Solitaire (Flood focus)
http://i172.photobucket.com/albums/w11/MikeSalt/DSCS0009.jpg
Yes, that is a beamshot, not just a blank image. Adjust screen contrast, brightness etc. and you can JUST make out the ring beam with hole.

_Oversized images removed_


----------



## defusion (Apr 1, 2007)

MikeSalt said:


> Here are my beamshots of a Solitaire compared to a 5mm generic LED flashlight. The camera does not have auto-exposure, so it is pretty much like-for-like.
> 
> Generic 5mm LED flashlight
> http://i172.photobucket.com/albums/w11/MikeSalt/DSCS0005.jpg
> ...


i can see stars in that last picture (well, alright, in all of them), you sure your not pointing that solitaire up in the air? 
(jk, it's probably dead pixels in the camera)
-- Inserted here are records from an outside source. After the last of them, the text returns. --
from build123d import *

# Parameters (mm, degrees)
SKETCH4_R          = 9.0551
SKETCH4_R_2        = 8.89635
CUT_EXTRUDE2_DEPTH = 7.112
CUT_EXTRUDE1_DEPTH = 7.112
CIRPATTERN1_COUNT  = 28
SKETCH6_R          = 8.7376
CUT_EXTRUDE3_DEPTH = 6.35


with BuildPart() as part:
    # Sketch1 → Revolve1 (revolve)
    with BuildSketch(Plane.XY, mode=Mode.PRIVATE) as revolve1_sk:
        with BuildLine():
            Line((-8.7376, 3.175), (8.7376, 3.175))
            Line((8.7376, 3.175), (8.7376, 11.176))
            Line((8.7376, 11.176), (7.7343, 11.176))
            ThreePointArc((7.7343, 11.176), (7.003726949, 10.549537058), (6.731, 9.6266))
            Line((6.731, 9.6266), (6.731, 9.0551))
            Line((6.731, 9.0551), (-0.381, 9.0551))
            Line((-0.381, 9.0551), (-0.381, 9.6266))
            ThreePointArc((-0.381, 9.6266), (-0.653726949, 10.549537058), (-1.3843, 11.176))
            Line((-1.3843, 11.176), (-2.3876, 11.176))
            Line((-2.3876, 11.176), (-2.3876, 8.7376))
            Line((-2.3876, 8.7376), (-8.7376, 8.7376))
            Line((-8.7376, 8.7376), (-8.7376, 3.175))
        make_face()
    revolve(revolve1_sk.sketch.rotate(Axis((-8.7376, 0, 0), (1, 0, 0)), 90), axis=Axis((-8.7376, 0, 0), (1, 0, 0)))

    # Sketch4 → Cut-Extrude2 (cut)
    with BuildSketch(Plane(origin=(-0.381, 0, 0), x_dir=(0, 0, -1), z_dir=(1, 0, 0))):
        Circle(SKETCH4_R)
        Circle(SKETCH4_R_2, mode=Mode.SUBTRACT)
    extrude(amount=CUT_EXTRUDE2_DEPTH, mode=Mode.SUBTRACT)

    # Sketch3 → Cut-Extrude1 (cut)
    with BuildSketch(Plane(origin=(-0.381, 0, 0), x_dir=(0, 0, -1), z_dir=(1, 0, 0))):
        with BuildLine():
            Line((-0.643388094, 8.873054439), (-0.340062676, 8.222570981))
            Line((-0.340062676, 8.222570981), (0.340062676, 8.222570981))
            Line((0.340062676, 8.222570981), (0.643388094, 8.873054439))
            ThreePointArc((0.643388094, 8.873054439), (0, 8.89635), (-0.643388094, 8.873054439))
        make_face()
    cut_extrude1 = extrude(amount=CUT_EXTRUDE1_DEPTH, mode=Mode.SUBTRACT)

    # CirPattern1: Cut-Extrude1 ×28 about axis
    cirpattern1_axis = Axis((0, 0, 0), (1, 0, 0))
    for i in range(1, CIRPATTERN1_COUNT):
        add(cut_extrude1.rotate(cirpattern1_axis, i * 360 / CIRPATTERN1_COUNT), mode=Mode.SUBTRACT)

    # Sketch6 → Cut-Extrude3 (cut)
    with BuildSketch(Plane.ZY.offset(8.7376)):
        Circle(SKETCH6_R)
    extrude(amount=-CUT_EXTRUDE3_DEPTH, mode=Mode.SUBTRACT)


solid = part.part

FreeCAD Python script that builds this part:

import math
import FreeCAD as App
import Part
import Sketcher

V = App.Vector
Q = App.Units.Quantity

doc = App.newDocument("Part")
body = doc.addObject("PartDesign::Body", "Body")

# Sketch on XY plane
sketch1 = body.newObject("Sketcher::SketchObject", "Sketch")
sketch1.AttachmentSupport = (doc.getObject("XY_Plane"), [""])
sketch1.MapMode = "FlatFace"
sketch1.addGeometry([
    Part.LineSegment(V(-8.7, 3.2, 0), V(8.7, 3.2, 0)),  # 0
    Part.LineSegment(V(8.7, 3.2, 0), V(8.7, 11.2, 0)),  # 1
    Part.LineSegment(V(8.7, 11.2, 0), V(7.7, 11.2, 0)),  # 2
    Part.ArcOfCircle(Part.Circle(V(8.4, 9.6, 0), V(0, 0, 1), 1.7), math.radians(114), math.radians(180)),  # 3
    Part.LineSegment(V(6.7, 9.6, 0), V(6.7, 9.1, 0)),  # 4
    Part.LineSegment(V(6.7, 9.1, 0), V(-0.4, 9.1, 0)),  # 5
    Part.LineSegment(V(-0.4, 9.1, 0), V(-0.4, 9.6, 0)),  # 6
    Part.ArcOfCircle(Part.Circle(V(-2.1, 9.6, 0), V(0, 0, 1), 1.7), math.radians(0), math.radians(66)),  # 7
    Part.LineSegment(V(-1.4, 11.2, 0), V(-2.4, 11.2, 0)),  # 8
    Part.LineSegment(V(-2.4, 11.2, 0), V(-2.4, 8.7, 0)),  # 9
    Part.LineSegment(V(-2.4, 8.7, 0), V(-8.7, 8.7, 0)),  # 10
    Part.LineSegment(V(-8.7, 8.7, 0), V(-8.7, 3.2, 0)),  # 11
], False)
sketch1.addConstraint([
    Sketcher.Constraint("Coincident", 0, 2, 1, 1),
    Sketcher.Constraint("Coincident", 1, 2, 2, 1),
    Sketcher.Constraint("Coincident", 2, 2, 3, 1),
    Sketcher.Constraint("Tangent", 3, 2, 4, 1),
    Sketcher.Constraint("Coincident", 4, 2, 5, 1),
    Sketcher.Constraint("Coincident", 5, 2, 6, 1),
    Sketcher.Constraint("Tangent", 6, 2, 7, 1),
    Sketcher.Constraint("Coincident", 7, 2, 8, 1),
    Sketcher.Constraint("Coincident", 8, 2, 9, 1),
    Sketcher.Constraint("Coincident", 9, 2, 10, 1),
    Sketcher.Constraint("Coincident", 10, 2, 11, 1),
    Sketcher.Constraint("Coincident", 11, 2, 0, 1),
    Sketcher.Constraint("Horizontal", 0),
    Sketcher.Constraint("Vertical", 1),
    Sketcher.Constraint("Horizontal", 2),
    Sketcher.Constraint("Vertical", 4),
    Sketcher.Constraint("Horizontal", 5),
    Sketcher.Constraint("Vertical", 6),
    Sketcher.Constraint("Horizontal", 8),
    Sketcher.Constraint("Vertical", 9),
    Sketcher.Constraint("Horizontal", 10),
    Sketcher.Constraint("Vertical", 11),
    Sketcher.Constraint("Equal", 3, 7),
    Sketcher.Constraint("Horizontal", 3, 3, 7, 3),
    Sketcher.Constraint("Horizontal", 2, 2, 7, 2),
    Sketcher.Constraint("Equal", 2, 8),
    Sketcher.Constraint("DistanceX", 5, 2, 5, 1, Q("0.28 in")),
    Sketcher.Constraint("DistanceX", 10, 2, 10, 1, Q("0.25 in")),
    Sketcher.Constraint("DistanceX", 0, 1, 0, 2, Q("0.688 in")),
    Sketcher.Constraint("DistanceY", 1, 1, 1, 2, Q("0.315 in")),
    Sketcher.Constraint("DistanceY", 9, 2, 9, 1, Q("0.096 in")),
    Sketcher.Constraint("DistanceY", -1, 1, 1, 2, Q("0.44 in")),
    Sketcher.Constraint("DistanceX", 2, 2, 2, 1, Q("0.0395 in")),
    Sketcher.Constraint("DistanceY", 4, 2, 4, 1, Q("0.0225 in")),
    Sketcher.Constraint("DistanceY", -1, 1, 3, 3, Q("0.379 in")),
    Sketcher.Constraint("DistanceX", -1, 1, 0, 2, Q("0.344 in")),
])
revolution = body.newObject("PartDesign::Revolution", "Revolution")
revolution.Profile = sketch1
revolution.ReferenceAxis = (sketch1, ["H_Axis"])
revolution.Angle = 360

# Sketch on YZ plane
sketch2 = body.newObject("Sketcher::SketchObject", "Sketch001")
sketch2.AttachmentSupport = (doc.getObject("YZ_Plane"), [""])
sketch2.MapMode = "FlatFace"
sketch2.AttachmentOffset = App.Placement(V(0, 0, -0.015 * 25.4), App.Rotation())
sketch2.addGeometry([
    Part.Circle(V(0, 0, 0), V(0, 0, 1), 9),
    Part.Circle(V(0, 0, 0), V(0, 0, 1), 9),
], False)
sketch2.addConstraint([
    Sketcher.Constraint("Coincident", 0, 3, -1, 1),
    Sketcher.Constraint("Coincident", 1, 3, -1, 1),
    Sketcher.Constraint("Diameter", 0, Q("0.713 in")),
    Sketcher.Constraint("Diameter", 1, Q("0.7005 in")),
])
pocket1 = body.newObject("PartDesign::Pocket", "Pocket")
pocket1.Profile = sketch2
pocket1.Length = Q("0.28 in")
pocket1.Reversed = True

# Sketch on YZ plane
sketch3 = body.newObject("Sketcher::SketchObject", "Sketch002")
sketch3.AttachmentSupport = (doc.getObject("YZ_Plane"), [""])
sketch3.MapMode = "FlatFace"
sketch3.AttachmentOffset = App.Placement(V(0, 0, -0.015 * 25.4), App.Rotation())
sketch3.addGeometry([
    Part.LineSegment(V(8.9, 0.6, 0), V(8.2, 0.3, 0)),
    Part.LineSegment(V(8.2, 0.3, 0), V(8.2, -0.3, 0)),
    Part.LineSegment(V(8.2, -0.3, 0), V(8.9, -0.6, 0)),
    Part.ArcOfCircle(Part.Circle(V(0, 0, 0), V(0, 0, 1), 8.9), math.radians(-4.15), math.radians(4.15)),
], False)
sketch3.addConstraint([
    Sketcher.Constraint("Coincident", 0, 2, 1, 1),
    Sketcher.Constraint("Coincident", 1, 2, 2, 1),
    Sketcher.Constraint("Coincident", 2, 2, 3, 1),
    Sketcher.Constraint("Coincident", 3, 2, 0, 1),
    Sketcher.Constraint("Vertical", 1),
    Sketcher.Constraint("Coincident", 3, 3, -1, 1),
    Sketcher.Constraint("Vertical", 2, 2, 3, 2),
    Sketcher.Constraint("Equal", 0, 2),
    Sketcher.Constraint("Angle", 0, Q("-155 deg")),
    Sketcher.Constraint("Radius", 3, 8.89635),
    Sketcher.Constraint("Distance", 0, 0.717729),
    Sketcher.Constraint("DistanceY", 1, 2, 1, 1, 0.680125),
])
pocket2 = body.newObject("PartDesign::Pocket", "Pocket001")
pocket2.Profile = sketch3
pocket2.Length = Q("0.28 in")
pocket2.Reversed = True
doc.recompute()

polarpattern = body.newObject("PartDesign::PolarPattern", "PolarPattern")
polarpattern.Originals = [pocket2]
polarpattern.Axis = (doc.getObject("X_Axis"), [""])
polarpattern.Angle = 360
polarpattern.Occurrences = 28
body.Tip = polarpattern

# Sketch on YZ plane
sketch4 = body.newObject("Sketcher::SketchObject", "Sketch003")
sketch4.AttachmentSupport = (doc.getObject("YZ_Plane"), [""])
sketch4.MapMode = "FlatFace"
sketch4.AttachmentOffset = App.Placement(V(0, 0, -0.344 * 25.4), App.Rotation())
sketch4.addGeometry(Part.Circle(V(0, 0, 0), V(0, 0, 1), 9), False)
sketch4.addConstraint([
    Sketcher.Constraint("Coincident", 0, 3, -1, 1),
    Sketcher.Constraint("Diameter", 0, Q("0.688 in")),
])
pocket3 = body.newObject("PartDesign::Pocket", "Pocket002")
pocket3.Profile = sketch4
pocket3.Length = Q("0.25 in")
pocket3.Reversed = True

doc.recompute()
_Oversized images removed_


----------



## MikeSalt (Apr 1, 2007)

I can see the beam in the last picture, using a Toshiba laptop screen.


----------



## Bror Jace (Apr 1, 2007)

Owning one of these exotic wonders, I figured the review was a joke but I didn't connect the April Fools dots until I read down a few posts.

I can't wait to find someone who wants mine.

I must admit, though, that I took mine out of the container I three it in and tried to figure out what size button cell I could stuff in there just to get a lil' output.


----------



## iNDiGLo (Apr 1, 2007)

Carrot,

Thank you for this review. I just got back from Target and purchased no less than 5 of the Maglite Solitaires. I was hoping they would be on sale but they were not. Its ok, i was so excited after reading your review i just had to buy 5.

I feel like a true flashaholic with my little collection. Thanks for the review. Keep em coming.

iNDiGLo :goodjob:


----------



## AnimalHousePA (Apr 1, 2007)

may the fleas from a thousand camels, nestle in your crotch!


----------



## LightInDarkness (Apr 1, 2007)

iNDiGLo said:


> Carrot,
> 
> Thank you for this review. I just got back from Target and purchased no less than 5 of the Maglite Solitaires. I was hoping they would be on sale but they were not. Its ok, i was so excited after reading your review i just had to buy 5.
> 
> ...


 
Son, You've been had.


----------



## rscanady (Apr 1, 2007)

somehow I think you are the one who has been had.

Ryan


----------



## cutlerylover (Apr 1, 2007)

LOL...great thread carrot, bravo...Whats even more funny is I had no idea it was april fools day until I read this thread...lol...


----------



## Casual Flashlight User (Apr 1, 2007)

Thanks Carrot...I think I'll have to sell off all my Arc-AAA's to fund some purchases of these new fangled "solitaire" lights.







CFU


----------



## LightInDarkness (Apr 1, 2007)

rscanady said:


> somehow I think you are the one who has been had.
> 
> Ryan



If you were referring to me, I would appreciate you're explaining why you think that.


----------



## cutlerylover (Apr 1, 2007)

I think what Ryan means is that iNDiGLo was being sarcastic in his post...meaning that you think he actually meant was he was saying instead of joking...Am I right iNDiGLo? With 677 posts I would think you know its just a joke...


----------



## LightInDarkness (Apr 1, 2007)

cutlerylover said:


> I think what Ryan means is that iNDiGLo was being sarcastic in his post...meaning that you think he actually meant was he was saying instead of joking...Am I right iNDiGLo? With 677 posts I would think you know its just a joke...


 
That could be correct. I didn't consider he was joshing when he said he bought 5. I appreciate your perspective on this. Thanks.....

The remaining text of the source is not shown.